● TASK TO COMPLETE
Reproduce this listing from its first line through the line with "circle A4 centre (0, 0) radius 6 projected", inclusive, leaving out all that follows.
(Beginning of SOURCE RECORDS)
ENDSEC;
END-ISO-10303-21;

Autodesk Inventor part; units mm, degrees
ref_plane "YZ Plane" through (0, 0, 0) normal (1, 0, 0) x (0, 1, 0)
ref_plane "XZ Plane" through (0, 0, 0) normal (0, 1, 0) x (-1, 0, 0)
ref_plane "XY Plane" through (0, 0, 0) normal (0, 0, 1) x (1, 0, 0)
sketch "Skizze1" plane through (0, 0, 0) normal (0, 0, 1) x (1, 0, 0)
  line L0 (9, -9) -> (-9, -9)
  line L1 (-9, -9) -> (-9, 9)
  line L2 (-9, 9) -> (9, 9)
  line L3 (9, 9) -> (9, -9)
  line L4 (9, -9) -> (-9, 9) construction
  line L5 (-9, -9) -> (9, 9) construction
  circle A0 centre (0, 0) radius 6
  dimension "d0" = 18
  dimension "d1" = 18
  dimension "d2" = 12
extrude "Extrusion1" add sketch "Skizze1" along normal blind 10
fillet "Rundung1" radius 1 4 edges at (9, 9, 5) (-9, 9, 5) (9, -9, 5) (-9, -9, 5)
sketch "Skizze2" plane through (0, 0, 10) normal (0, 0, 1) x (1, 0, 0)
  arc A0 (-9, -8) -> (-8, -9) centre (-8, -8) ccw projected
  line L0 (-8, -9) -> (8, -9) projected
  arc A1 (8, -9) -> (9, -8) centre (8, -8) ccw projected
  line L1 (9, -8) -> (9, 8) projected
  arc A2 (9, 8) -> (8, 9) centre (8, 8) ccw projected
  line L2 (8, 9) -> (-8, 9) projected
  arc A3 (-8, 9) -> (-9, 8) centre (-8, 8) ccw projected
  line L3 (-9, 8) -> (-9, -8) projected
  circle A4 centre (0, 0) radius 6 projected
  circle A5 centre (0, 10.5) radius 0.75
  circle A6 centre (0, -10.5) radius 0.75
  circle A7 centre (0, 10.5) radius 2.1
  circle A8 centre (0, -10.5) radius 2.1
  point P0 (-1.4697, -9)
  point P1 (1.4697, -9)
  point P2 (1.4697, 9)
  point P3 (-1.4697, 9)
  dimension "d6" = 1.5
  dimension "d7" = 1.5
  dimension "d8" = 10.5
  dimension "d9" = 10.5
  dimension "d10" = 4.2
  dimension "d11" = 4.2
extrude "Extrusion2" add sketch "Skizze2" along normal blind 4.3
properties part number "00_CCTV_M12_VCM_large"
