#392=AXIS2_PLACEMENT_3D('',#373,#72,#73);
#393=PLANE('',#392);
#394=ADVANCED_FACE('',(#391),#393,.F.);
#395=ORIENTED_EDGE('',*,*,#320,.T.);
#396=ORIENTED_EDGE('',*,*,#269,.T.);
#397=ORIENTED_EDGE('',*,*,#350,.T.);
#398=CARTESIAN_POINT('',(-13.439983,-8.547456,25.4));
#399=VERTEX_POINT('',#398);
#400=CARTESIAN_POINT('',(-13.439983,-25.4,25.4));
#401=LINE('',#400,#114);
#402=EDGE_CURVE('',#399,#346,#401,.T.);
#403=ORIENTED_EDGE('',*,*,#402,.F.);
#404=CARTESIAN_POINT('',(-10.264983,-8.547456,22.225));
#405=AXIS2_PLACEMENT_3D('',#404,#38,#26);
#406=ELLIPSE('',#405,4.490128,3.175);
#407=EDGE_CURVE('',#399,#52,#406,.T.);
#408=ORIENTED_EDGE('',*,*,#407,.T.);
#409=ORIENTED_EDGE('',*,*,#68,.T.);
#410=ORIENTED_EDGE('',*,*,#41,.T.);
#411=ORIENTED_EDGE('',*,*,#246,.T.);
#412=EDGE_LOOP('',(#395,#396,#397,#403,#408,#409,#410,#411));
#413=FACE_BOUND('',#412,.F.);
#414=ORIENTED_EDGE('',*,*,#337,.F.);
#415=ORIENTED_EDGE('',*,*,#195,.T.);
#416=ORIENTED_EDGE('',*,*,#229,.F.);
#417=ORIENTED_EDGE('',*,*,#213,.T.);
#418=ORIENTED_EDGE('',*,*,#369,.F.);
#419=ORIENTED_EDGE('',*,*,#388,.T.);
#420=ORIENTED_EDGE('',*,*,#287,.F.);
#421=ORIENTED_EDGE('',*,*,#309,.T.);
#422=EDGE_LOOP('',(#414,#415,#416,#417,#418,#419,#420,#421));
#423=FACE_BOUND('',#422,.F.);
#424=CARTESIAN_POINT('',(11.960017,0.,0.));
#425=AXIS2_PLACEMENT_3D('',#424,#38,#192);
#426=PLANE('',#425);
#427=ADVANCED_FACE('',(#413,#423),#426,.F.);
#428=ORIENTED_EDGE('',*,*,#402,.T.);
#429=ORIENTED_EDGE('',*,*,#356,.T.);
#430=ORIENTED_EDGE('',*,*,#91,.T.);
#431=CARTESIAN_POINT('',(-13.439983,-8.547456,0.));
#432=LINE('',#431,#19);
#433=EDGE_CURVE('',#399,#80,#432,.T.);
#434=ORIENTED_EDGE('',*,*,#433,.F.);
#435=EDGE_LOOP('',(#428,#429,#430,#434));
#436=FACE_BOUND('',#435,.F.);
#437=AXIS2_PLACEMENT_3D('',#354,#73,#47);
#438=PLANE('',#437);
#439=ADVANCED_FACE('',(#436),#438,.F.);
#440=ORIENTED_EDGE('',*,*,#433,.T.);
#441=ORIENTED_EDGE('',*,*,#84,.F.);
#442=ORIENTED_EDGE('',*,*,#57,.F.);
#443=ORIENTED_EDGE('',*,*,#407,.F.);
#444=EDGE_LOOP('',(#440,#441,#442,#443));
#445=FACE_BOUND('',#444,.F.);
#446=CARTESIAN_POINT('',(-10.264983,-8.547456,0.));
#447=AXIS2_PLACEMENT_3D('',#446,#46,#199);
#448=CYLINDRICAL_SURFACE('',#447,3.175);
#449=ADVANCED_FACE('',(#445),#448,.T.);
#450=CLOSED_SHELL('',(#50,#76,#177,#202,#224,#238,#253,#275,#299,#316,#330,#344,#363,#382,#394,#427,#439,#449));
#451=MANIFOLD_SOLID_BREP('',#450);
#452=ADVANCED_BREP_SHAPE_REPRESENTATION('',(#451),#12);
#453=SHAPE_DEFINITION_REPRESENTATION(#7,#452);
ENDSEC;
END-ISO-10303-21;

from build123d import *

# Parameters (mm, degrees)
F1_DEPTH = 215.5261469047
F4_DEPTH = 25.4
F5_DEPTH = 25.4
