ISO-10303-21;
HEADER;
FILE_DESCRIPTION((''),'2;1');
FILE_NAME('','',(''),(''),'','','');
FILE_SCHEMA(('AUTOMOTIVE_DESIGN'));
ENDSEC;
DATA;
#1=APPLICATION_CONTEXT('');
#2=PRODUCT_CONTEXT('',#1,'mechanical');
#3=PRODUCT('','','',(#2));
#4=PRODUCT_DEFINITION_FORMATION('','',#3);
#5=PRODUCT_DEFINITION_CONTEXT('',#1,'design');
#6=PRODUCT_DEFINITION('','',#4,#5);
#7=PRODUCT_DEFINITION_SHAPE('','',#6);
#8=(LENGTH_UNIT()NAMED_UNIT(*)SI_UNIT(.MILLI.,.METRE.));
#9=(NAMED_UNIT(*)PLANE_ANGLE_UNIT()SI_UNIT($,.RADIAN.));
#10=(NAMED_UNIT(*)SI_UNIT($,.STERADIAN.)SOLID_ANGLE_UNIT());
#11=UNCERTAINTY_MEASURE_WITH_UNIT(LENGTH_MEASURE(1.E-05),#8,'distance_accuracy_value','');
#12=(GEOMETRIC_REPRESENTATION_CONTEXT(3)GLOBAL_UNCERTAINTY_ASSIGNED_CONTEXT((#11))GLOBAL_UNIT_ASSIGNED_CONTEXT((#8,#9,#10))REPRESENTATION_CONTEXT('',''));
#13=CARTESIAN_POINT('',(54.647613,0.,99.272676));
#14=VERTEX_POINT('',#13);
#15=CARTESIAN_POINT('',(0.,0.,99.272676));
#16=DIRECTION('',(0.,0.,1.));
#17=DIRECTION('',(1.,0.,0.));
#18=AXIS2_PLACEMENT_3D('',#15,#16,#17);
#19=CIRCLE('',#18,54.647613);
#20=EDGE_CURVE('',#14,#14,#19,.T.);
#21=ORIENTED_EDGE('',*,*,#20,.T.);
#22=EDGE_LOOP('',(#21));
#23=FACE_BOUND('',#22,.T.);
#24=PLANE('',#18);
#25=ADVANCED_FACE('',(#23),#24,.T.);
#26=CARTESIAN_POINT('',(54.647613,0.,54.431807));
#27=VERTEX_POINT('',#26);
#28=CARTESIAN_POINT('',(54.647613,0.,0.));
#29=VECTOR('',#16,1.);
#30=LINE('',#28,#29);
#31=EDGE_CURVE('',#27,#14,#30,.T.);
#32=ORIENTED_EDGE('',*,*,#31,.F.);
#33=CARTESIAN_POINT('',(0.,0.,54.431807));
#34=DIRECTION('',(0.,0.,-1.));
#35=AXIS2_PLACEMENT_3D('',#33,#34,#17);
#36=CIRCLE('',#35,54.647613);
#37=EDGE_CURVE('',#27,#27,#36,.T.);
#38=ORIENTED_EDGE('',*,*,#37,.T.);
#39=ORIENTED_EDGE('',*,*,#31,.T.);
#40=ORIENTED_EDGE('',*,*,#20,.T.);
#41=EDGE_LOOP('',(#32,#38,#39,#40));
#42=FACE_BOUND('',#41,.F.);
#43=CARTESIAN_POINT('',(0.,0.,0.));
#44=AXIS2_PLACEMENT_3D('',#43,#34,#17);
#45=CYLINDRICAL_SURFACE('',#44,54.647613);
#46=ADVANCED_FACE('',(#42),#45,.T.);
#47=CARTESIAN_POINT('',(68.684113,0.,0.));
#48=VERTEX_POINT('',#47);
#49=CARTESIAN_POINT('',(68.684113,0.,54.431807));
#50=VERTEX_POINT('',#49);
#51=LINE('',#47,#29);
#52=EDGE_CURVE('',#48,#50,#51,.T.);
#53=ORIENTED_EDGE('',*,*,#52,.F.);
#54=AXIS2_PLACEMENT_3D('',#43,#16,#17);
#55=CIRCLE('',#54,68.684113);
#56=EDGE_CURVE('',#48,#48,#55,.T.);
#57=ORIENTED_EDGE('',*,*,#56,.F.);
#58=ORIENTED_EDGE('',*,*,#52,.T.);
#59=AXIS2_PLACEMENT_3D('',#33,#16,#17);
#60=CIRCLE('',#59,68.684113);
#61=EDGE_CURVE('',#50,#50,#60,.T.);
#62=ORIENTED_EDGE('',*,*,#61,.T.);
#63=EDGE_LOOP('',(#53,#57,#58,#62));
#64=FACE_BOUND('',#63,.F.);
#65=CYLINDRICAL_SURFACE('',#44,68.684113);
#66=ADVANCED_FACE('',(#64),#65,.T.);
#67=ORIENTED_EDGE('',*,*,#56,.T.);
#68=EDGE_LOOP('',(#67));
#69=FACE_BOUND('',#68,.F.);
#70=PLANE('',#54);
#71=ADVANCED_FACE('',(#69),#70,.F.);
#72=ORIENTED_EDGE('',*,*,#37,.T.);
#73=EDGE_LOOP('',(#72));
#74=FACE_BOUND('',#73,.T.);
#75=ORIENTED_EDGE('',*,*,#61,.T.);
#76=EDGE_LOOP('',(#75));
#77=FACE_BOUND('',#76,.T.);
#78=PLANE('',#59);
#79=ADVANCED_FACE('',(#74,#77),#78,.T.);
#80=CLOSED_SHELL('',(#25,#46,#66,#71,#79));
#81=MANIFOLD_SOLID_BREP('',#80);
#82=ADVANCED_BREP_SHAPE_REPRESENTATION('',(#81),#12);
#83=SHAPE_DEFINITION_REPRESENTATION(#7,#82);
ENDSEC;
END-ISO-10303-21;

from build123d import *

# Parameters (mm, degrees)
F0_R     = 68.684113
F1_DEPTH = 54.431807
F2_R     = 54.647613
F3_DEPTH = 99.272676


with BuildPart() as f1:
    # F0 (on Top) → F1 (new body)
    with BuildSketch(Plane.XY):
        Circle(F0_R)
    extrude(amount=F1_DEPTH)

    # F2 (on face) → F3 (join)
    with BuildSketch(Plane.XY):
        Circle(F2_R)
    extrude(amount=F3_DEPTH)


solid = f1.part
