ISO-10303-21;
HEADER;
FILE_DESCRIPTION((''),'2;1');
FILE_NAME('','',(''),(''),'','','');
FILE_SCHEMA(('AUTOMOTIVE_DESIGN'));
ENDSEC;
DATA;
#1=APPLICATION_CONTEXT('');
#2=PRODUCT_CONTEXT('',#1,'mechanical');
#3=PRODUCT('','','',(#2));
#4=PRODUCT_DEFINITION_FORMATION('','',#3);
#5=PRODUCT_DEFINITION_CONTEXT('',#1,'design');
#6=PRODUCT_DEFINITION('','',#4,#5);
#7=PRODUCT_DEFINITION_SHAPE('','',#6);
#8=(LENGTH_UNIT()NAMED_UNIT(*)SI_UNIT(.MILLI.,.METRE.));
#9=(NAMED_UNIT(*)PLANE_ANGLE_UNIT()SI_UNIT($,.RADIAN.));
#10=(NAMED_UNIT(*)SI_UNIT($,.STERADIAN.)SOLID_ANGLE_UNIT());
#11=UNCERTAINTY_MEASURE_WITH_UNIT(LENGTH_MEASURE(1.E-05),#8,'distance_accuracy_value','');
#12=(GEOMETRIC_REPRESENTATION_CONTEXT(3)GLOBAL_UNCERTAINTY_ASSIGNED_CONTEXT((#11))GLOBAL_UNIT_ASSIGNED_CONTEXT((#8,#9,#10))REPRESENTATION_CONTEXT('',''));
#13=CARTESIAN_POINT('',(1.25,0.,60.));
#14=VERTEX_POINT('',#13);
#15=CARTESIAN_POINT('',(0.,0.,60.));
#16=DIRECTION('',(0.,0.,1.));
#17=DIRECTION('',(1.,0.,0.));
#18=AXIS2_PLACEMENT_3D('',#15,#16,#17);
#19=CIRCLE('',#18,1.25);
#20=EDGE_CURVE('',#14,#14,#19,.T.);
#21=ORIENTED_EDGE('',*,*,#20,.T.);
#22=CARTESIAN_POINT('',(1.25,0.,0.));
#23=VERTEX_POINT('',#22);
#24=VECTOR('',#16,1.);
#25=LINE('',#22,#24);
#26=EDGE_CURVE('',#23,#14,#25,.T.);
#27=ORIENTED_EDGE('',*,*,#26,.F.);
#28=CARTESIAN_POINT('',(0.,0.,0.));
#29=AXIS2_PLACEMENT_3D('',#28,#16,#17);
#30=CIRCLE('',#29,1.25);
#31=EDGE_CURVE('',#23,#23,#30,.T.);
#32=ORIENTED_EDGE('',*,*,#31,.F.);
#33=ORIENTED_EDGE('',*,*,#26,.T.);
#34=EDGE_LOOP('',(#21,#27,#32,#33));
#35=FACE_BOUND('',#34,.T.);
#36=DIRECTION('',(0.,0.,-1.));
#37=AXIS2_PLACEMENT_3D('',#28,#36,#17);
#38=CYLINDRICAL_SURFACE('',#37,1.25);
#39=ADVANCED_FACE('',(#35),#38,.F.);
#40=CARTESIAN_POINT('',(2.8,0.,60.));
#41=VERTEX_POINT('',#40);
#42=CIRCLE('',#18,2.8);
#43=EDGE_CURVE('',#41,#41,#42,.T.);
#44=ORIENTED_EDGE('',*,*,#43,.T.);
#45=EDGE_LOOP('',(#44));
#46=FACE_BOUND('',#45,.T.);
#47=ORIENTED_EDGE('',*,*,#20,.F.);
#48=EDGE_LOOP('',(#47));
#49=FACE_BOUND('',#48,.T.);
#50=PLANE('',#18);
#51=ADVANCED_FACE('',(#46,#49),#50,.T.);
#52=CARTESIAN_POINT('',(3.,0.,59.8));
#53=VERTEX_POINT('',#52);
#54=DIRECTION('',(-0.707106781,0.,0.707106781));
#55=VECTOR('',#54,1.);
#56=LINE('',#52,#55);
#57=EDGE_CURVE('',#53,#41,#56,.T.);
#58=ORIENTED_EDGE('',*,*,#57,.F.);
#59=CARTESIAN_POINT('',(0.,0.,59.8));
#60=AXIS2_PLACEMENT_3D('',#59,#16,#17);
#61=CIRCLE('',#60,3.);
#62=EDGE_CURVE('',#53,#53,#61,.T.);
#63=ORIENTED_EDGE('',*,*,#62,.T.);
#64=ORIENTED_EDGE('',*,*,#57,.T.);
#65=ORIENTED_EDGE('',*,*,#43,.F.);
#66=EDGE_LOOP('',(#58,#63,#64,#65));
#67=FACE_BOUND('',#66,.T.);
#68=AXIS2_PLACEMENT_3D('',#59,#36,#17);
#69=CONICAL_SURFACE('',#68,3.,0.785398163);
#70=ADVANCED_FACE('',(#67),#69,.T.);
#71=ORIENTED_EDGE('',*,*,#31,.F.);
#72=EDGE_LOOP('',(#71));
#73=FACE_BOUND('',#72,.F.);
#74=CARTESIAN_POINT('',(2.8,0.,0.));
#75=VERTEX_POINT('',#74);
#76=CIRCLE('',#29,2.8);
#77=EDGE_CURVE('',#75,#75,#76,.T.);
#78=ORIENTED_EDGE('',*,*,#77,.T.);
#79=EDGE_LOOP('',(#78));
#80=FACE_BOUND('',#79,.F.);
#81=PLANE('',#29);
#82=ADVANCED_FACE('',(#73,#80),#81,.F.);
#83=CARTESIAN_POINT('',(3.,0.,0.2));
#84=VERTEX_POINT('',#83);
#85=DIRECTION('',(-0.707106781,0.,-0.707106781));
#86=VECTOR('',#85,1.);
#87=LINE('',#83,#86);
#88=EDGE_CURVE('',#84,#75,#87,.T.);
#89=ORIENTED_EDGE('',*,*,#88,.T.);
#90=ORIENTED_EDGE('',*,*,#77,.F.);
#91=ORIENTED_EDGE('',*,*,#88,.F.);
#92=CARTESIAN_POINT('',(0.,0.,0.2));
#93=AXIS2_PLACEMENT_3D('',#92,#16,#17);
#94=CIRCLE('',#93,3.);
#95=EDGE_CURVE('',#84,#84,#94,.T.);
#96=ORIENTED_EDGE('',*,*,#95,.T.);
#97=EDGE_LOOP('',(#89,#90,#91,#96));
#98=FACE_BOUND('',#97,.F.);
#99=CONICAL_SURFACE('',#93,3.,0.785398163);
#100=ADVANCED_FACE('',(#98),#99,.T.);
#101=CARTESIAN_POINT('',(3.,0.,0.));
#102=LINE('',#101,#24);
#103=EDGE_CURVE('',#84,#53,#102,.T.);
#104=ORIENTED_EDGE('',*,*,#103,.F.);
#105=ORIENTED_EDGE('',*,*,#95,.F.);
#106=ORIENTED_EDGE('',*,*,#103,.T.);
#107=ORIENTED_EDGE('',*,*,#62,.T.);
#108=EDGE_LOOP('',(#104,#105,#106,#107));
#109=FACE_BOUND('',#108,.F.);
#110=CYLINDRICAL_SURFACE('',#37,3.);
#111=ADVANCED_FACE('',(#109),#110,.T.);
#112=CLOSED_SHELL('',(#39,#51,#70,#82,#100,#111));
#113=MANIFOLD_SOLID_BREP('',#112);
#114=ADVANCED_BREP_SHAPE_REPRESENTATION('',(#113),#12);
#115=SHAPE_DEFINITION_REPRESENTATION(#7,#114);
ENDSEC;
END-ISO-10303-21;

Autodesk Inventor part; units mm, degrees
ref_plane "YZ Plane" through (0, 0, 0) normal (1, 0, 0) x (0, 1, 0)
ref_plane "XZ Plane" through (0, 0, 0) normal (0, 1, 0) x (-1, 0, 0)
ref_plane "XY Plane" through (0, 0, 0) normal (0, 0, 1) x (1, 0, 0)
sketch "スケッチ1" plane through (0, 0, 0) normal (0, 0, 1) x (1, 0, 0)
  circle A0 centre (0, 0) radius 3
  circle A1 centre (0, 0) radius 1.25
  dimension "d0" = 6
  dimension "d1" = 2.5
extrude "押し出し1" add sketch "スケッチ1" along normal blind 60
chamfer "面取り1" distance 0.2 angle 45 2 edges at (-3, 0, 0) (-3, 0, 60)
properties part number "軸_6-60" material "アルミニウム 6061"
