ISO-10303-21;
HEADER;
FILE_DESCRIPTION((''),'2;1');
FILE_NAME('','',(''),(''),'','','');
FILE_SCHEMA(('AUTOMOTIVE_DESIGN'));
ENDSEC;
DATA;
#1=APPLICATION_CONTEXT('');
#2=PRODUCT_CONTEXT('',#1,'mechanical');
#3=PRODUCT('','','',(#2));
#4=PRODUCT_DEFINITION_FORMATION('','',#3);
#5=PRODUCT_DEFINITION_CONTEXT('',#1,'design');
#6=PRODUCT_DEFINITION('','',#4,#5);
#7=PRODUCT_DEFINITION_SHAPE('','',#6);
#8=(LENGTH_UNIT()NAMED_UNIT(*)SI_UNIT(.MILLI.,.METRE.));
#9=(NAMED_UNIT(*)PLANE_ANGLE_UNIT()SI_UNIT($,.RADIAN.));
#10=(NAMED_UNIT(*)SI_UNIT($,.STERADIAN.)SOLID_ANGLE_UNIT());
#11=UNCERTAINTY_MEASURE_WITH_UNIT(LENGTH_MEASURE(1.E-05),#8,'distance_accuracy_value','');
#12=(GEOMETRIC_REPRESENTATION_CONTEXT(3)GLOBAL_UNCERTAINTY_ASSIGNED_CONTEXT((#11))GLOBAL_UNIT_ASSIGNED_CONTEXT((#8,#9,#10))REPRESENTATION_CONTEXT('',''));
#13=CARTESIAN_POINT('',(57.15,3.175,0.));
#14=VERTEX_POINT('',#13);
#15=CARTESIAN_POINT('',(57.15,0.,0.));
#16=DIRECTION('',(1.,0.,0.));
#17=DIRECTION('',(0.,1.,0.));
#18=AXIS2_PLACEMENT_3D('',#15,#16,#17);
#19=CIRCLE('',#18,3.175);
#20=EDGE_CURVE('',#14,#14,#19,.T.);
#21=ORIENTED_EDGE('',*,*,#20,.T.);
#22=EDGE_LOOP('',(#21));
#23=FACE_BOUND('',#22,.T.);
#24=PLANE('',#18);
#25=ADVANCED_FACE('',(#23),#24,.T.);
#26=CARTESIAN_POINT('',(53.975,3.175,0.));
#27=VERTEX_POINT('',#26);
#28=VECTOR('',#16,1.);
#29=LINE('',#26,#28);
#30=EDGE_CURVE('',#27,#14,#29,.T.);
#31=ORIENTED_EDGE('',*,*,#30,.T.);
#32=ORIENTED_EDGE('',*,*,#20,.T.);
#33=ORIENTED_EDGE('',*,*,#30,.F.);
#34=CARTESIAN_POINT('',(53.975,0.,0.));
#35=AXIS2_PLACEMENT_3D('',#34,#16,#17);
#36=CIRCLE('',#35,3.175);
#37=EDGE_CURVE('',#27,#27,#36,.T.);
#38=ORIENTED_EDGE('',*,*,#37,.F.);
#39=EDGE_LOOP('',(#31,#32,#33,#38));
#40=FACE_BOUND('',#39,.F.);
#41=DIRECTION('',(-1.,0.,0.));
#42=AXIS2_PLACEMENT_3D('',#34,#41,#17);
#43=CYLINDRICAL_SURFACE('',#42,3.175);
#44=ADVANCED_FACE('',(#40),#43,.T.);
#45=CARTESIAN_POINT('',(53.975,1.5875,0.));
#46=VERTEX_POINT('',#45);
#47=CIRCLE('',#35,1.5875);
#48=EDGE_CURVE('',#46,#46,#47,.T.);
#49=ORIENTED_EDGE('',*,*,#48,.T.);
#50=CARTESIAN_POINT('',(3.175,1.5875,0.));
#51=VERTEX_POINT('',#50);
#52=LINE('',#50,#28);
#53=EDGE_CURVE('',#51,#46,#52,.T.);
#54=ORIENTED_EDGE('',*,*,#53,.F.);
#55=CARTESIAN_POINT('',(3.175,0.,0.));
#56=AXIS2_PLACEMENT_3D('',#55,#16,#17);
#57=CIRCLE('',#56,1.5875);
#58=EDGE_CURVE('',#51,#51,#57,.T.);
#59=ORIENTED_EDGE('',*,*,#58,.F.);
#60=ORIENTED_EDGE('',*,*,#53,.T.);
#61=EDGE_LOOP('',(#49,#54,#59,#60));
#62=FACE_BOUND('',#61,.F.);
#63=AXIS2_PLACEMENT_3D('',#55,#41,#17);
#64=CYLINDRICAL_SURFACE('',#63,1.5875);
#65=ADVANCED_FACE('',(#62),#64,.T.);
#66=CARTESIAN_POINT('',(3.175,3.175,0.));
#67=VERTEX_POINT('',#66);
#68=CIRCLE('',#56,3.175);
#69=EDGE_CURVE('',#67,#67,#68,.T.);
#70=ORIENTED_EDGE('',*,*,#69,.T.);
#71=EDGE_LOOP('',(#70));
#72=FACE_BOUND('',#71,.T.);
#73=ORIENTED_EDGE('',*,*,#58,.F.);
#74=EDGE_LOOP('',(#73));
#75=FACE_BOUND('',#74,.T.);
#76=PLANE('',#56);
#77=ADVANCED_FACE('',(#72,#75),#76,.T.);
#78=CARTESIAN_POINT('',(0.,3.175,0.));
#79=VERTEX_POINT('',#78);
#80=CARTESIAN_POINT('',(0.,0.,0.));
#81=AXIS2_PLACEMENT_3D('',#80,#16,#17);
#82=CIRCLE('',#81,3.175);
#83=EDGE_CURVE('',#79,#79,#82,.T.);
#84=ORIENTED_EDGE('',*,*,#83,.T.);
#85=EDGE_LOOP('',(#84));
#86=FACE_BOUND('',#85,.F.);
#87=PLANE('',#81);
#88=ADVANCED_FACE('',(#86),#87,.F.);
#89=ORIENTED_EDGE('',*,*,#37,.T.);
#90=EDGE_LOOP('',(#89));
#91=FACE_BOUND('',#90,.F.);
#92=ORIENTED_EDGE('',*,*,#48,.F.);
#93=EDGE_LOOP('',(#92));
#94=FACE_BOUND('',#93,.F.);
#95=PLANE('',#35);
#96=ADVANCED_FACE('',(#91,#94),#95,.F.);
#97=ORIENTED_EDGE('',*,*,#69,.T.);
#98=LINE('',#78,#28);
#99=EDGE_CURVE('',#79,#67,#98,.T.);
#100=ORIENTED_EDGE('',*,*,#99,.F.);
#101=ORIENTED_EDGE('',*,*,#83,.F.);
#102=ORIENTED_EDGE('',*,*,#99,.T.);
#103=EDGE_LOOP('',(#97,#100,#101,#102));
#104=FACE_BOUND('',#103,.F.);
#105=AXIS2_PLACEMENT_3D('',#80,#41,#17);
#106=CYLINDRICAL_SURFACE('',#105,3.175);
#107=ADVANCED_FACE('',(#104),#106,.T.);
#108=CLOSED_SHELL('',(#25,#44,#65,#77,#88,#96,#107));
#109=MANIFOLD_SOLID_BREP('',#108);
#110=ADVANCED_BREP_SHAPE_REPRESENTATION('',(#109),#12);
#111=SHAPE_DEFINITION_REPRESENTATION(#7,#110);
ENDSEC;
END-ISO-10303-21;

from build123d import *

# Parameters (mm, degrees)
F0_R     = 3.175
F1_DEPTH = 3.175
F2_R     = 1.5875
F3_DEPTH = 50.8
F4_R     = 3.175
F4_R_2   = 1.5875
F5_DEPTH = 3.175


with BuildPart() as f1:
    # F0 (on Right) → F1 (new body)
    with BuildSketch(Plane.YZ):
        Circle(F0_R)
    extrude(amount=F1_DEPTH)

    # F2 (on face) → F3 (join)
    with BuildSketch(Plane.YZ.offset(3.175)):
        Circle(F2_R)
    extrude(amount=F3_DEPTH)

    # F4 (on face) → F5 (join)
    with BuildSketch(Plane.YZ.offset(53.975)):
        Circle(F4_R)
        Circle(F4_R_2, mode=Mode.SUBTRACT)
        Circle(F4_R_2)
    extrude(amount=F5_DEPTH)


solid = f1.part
(End of SOURCE RECORDS)
● WRITTEN ANSWER
ENDSEC;
END-ISO-10303-21;

Autodesk Inventor part; units mm, degrees
ref_plane "YZ Plane" through (0, 0, 0) normal (1, 0, 0) x (0, 1, 0)
ref_plane "XZ Plane" through (0, 0, 0) normal (0, 1, 0) x (-1, 0, 0)
ref_plane "XY Plane" through (0, 0, 0) normal (0, 0, 1) x (1, 0, 0)
sketch "Skizze1" plane through (0, 0, 0) normal (0, 0, 1) x (1, 0, 0)
  line L0 (9, -9) -> (-9, -9)
  line L1 (-9, -9) -> (-9, 9)
  line L2 (-9, 9) -> (9, 9)
  line L3 (9, 9) -> (9, -9)
  line L4 (9, -9) -> (-9, 9) construction
  line L5 (-9, -9) -> (9, 9) construction
  circle A0 centre (0, 0) radius 6
  dimension "d0" = 18
  dimension "d1" = 18
  dimension "d2" = 12
extrude "Extrusion1" add sketch "Skizze1" along normal blind 10
fillet "Rundung1" radius 1 4 edges at (9, 9, 5) (-9, 9, 5) (9, -9, 5) (-9, -9, 5)
sketch "Skizze2" plane through (0, 0, 10) normal (0, 0, 1) x (1, 0, 0)
  arc A0 (-9, -8) -> (-8, -9) centre (-8, -8) ccw projected
  line L0 (-8, -9) -> (8, -9) projected
  arc A1 (8, -9) -> (9, -8) centre (8, -8) ccw projected
  line L1 (9, -8) -> (9, 8) projected
  arc A2 (9, 8) -> (8, 9) centre (8, 8) ccw projected
  line L2 (8, 9) -> (-8, 9) projected
  arc A3 (-8, 9) -> (-9, 8) centre (-8, 8) ccw projected
  line L3 (-9, 8) -> (-9, -8) projected
  circle A4 centre (0, 0) radius 6 projected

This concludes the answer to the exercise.